━━ Exercise input

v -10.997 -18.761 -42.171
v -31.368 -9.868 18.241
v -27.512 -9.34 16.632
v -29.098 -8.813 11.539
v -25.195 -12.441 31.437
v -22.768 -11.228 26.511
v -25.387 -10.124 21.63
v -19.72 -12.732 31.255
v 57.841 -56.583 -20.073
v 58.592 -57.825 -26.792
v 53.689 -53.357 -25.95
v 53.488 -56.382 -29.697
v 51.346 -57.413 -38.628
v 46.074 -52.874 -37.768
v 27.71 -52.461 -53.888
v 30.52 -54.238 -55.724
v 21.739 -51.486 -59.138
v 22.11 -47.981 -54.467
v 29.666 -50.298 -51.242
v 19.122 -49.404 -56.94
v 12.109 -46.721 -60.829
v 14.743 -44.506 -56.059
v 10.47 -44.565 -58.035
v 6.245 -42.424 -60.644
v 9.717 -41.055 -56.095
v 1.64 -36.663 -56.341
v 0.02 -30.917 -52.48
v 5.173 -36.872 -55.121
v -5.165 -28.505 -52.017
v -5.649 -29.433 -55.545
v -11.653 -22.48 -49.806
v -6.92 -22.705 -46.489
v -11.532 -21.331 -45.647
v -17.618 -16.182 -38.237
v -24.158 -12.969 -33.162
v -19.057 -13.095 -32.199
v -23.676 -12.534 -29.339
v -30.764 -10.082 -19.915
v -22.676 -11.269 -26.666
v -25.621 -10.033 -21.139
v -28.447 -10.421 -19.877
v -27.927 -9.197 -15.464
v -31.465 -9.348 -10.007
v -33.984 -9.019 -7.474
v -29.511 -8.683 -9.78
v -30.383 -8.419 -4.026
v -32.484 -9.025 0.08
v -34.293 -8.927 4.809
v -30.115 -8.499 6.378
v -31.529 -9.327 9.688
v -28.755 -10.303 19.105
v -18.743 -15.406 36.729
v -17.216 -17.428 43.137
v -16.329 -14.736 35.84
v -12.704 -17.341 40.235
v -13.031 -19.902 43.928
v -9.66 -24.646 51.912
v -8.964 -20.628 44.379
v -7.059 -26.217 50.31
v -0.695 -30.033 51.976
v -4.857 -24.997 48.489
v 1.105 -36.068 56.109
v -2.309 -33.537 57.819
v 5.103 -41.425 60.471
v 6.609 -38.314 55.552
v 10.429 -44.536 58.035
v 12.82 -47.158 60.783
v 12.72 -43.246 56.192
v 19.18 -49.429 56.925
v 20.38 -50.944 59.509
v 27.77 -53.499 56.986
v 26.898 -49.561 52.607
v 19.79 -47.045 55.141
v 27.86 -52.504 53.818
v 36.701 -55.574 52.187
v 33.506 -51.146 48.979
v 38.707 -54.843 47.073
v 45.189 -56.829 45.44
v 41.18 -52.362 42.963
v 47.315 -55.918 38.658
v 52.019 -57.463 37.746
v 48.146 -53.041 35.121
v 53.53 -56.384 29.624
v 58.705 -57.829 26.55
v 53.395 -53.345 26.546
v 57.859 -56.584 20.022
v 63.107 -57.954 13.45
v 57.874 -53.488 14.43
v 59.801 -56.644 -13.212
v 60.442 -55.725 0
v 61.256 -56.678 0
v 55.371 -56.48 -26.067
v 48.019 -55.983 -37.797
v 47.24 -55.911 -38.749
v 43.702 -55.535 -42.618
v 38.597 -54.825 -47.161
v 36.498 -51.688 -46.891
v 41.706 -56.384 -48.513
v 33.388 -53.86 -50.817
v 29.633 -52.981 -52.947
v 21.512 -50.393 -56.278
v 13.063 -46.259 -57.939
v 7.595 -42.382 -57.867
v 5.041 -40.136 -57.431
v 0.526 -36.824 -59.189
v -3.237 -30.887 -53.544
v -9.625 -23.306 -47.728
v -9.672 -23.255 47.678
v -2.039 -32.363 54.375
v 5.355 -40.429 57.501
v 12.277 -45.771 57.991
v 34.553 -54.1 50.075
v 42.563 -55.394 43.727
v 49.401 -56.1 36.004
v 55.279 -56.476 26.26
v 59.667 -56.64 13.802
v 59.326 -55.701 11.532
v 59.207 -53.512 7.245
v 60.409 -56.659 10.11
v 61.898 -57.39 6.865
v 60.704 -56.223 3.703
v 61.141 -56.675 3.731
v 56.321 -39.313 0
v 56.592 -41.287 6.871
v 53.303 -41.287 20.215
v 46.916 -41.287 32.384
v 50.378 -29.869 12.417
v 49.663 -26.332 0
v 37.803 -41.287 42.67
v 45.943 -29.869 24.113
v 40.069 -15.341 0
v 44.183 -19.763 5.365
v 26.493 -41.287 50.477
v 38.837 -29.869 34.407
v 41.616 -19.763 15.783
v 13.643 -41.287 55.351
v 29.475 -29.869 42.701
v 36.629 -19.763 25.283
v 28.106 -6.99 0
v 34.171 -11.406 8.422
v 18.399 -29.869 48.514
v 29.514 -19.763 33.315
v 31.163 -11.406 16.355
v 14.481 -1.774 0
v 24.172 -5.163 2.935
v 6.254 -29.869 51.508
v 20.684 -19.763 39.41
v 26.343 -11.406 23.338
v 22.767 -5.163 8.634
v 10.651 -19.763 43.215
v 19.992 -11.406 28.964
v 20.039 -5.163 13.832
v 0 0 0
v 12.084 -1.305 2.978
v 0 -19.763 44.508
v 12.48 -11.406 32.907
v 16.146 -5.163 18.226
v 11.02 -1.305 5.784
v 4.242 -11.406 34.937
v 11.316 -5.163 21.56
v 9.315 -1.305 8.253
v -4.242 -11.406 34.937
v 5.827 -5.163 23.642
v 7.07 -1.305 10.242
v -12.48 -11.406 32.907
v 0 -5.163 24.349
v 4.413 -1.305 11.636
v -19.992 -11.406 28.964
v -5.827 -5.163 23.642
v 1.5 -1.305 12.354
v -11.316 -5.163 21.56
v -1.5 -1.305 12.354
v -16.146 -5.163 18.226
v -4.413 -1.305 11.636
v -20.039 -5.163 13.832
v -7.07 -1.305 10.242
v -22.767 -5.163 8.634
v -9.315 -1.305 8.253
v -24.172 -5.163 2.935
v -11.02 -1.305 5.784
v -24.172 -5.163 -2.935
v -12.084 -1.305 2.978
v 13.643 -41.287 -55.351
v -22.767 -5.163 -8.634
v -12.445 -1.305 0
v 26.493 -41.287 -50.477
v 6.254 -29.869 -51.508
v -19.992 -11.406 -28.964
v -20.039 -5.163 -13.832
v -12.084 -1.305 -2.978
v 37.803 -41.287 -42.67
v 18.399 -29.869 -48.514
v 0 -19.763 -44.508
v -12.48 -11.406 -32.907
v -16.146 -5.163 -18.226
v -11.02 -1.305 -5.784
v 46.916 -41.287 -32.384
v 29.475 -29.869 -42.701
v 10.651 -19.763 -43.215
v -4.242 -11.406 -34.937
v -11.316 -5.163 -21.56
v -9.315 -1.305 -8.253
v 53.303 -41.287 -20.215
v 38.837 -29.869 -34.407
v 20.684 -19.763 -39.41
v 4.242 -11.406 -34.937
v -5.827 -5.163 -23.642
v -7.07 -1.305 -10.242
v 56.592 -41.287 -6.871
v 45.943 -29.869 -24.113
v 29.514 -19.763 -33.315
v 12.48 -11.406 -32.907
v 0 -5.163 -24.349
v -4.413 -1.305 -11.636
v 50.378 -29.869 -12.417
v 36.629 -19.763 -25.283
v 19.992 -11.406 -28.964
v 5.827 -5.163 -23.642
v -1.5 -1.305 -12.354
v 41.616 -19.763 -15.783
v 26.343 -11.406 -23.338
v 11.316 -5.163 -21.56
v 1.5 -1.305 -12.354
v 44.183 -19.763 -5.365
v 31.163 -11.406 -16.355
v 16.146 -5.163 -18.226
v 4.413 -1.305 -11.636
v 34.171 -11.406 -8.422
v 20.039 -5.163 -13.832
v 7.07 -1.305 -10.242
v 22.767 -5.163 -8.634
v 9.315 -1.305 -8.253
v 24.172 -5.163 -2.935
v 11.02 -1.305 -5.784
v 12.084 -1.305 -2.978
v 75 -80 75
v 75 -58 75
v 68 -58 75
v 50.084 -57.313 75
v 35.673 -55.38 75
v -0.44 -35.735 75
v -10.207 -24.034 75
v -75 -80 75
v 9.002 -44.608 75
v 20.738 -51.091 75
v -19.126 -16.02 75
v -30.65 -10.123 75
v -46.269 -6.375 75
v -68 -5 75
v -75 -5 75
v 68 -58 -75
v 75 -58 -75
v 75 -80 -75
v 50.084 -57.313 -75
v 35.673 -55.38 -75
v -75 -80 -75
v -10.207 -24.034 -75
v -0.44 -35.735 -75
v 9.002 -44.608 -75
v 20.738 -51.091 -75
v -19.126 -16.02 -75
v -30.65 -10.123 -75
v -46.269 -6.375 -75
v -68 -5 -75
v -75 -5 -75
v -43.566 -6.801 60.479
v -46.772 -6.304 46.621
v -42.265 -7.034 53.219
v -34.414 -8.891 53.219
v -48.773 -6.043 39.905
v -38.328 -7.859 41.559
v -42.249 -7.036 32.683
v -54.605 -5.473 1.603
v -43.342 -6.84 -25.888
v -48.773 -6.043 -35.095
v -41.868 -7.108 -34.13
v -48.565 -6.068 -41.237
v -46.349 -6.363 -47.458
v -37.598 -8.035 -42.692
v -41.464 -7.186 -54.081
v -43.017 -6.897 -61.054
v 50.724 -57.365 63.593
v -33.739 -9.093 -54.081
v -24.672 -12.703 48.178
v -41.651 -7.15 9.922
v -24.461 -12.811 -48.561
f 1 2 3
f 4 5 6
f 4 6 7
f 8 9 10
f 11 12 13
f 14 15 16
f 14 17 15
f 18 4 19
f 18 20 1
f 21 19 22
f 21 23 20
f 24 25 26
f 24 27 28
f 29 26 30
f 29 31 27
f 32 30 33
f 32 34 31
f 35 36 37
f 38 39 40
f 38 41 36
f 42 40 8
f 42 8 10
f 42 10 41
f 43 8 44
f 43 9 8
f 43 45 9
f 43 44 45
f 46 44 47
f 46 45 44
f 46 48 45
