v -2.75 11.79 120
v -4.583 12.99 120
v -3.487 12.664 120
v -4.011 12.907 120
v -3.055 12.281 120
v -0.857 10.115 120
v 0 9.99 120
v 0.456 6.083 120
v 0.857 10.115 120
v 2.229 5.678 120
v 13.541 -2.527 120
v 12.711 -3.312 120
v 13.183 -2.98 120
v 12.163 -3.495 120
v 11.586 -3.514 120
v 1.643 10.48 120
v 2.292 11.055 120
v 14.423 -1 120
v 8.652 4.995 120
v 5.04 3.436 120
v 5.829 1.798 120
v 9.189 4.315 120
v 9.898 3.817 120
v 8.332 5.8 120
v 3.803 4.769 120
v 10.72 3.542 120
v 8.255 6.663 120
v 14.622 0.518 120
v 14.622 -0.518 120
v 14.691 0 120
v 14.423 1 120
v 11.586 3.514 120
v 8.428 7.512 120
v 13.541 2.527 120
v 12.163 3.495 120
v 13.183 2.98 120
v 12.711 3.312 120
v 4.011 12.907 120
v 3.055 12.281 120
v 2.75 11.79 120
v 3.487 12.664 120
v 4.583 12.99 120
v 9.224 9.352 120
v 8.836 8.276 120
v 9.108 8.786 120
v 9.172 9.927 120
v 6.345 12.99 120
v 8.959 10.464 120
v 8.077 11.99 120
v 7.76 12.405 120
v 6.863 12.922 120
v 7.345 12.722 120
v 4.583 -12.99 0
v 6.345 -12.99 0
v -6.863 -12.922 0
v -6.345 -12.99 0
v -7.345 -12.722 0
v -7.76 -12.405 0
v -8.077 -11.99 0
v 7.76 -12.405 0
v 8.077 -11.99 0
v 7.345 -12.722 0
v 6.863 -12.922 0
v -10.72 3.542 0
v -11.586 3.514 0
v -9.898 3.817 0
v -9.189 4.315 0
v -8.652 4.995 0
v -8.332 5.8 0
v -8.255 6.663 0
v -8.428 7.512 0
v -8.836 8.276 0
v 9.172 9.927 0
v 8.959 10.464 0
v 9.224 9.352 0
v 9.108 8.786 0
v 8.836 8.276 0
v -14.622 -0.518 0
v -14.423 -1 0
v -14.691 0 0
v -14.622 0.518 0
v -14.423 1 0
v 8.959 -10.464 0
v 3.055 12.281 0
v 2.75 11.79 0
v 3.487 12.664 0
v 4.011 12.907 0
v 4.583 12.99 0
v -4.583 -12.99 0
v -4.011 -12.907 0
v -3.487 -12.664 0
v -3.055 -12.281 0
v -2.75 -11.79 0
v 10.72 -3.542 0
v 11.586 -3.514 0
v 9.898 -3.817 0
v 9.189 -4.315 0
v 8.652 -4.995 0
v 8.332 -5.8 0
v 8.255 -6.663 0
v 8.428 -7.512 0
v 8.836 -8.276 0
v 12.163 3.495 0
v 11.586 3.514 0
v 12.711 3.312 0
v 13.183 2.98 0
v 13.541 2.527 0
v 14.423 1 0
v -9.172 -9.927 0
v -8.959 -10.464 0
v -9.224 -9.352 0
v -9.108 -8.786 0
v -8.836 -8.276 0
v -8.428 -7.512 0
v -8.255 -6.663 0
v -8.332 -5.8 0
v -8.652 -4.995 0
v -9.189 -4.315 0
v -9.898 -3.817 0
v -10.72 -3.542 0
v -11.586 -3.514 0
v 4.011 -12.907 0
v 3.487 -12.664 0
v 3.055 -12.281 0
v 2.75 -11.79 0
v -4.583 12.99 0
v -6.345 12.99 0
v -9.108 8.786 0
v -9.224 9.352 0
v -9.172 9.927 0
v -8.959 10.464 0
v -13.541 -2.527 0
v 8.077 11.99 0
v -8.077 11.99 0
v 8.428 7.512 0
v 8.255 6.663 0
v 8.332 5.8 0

━━━━

_Task_
Reproduce the entries above exactly, but only the lines between the line holding "v 26.343 -11.406 23.338" and the line holding "v 13.643 -41.287 -55.351", inclusive.

_Written answer_
v 26.343 -11.406 23.338
v 22.767 -5.163 8.634
v 10.651 -19.763 43.215
v 19.992 -11.406 28.964
v 20.039 -5.163 13.832
v 0 0 0
v 12.084 -1.305 2.978
v 0 -19.763 44.508
v 12.48 -11.406 32.907
v 16.146 -5.163 18.226
v 11.02 -1.305 5.784
v 4.242 -11.406 34.937
v 11.316 -5.163 21.56
v 9.315 -1.305 8.253
v -4.242 -11.406 34.937
v 5.827 -5.163 23.642
v 7.07 -1.305 10.242
v -12.48 -11.406 32.907
v 0 -5.163 24.349
v 4.413 -1.305 11.636
v -19.992 -11.406 28.964
v -5.827 -5.163 23.642
v 1.5 -1.305 12.354
v -11.316 -5.163 21.56
v -1.5 -1.305 12.354
v -16.146 -5.163 18.226
v -4.413 -1.305 11.636
v -20.039 -5.163 13.832
v -7.07 -1.305 10.242
v -22.767 -5.163 8.634
v -9.315 -1.305 8.253
v -24.172 -5.163 2.935
v -11.02 -1.305 5.784
v -24.172 -5.163 -2.935
v -12.084 -1.305 2.978
v 13.643 -41.287 -55.351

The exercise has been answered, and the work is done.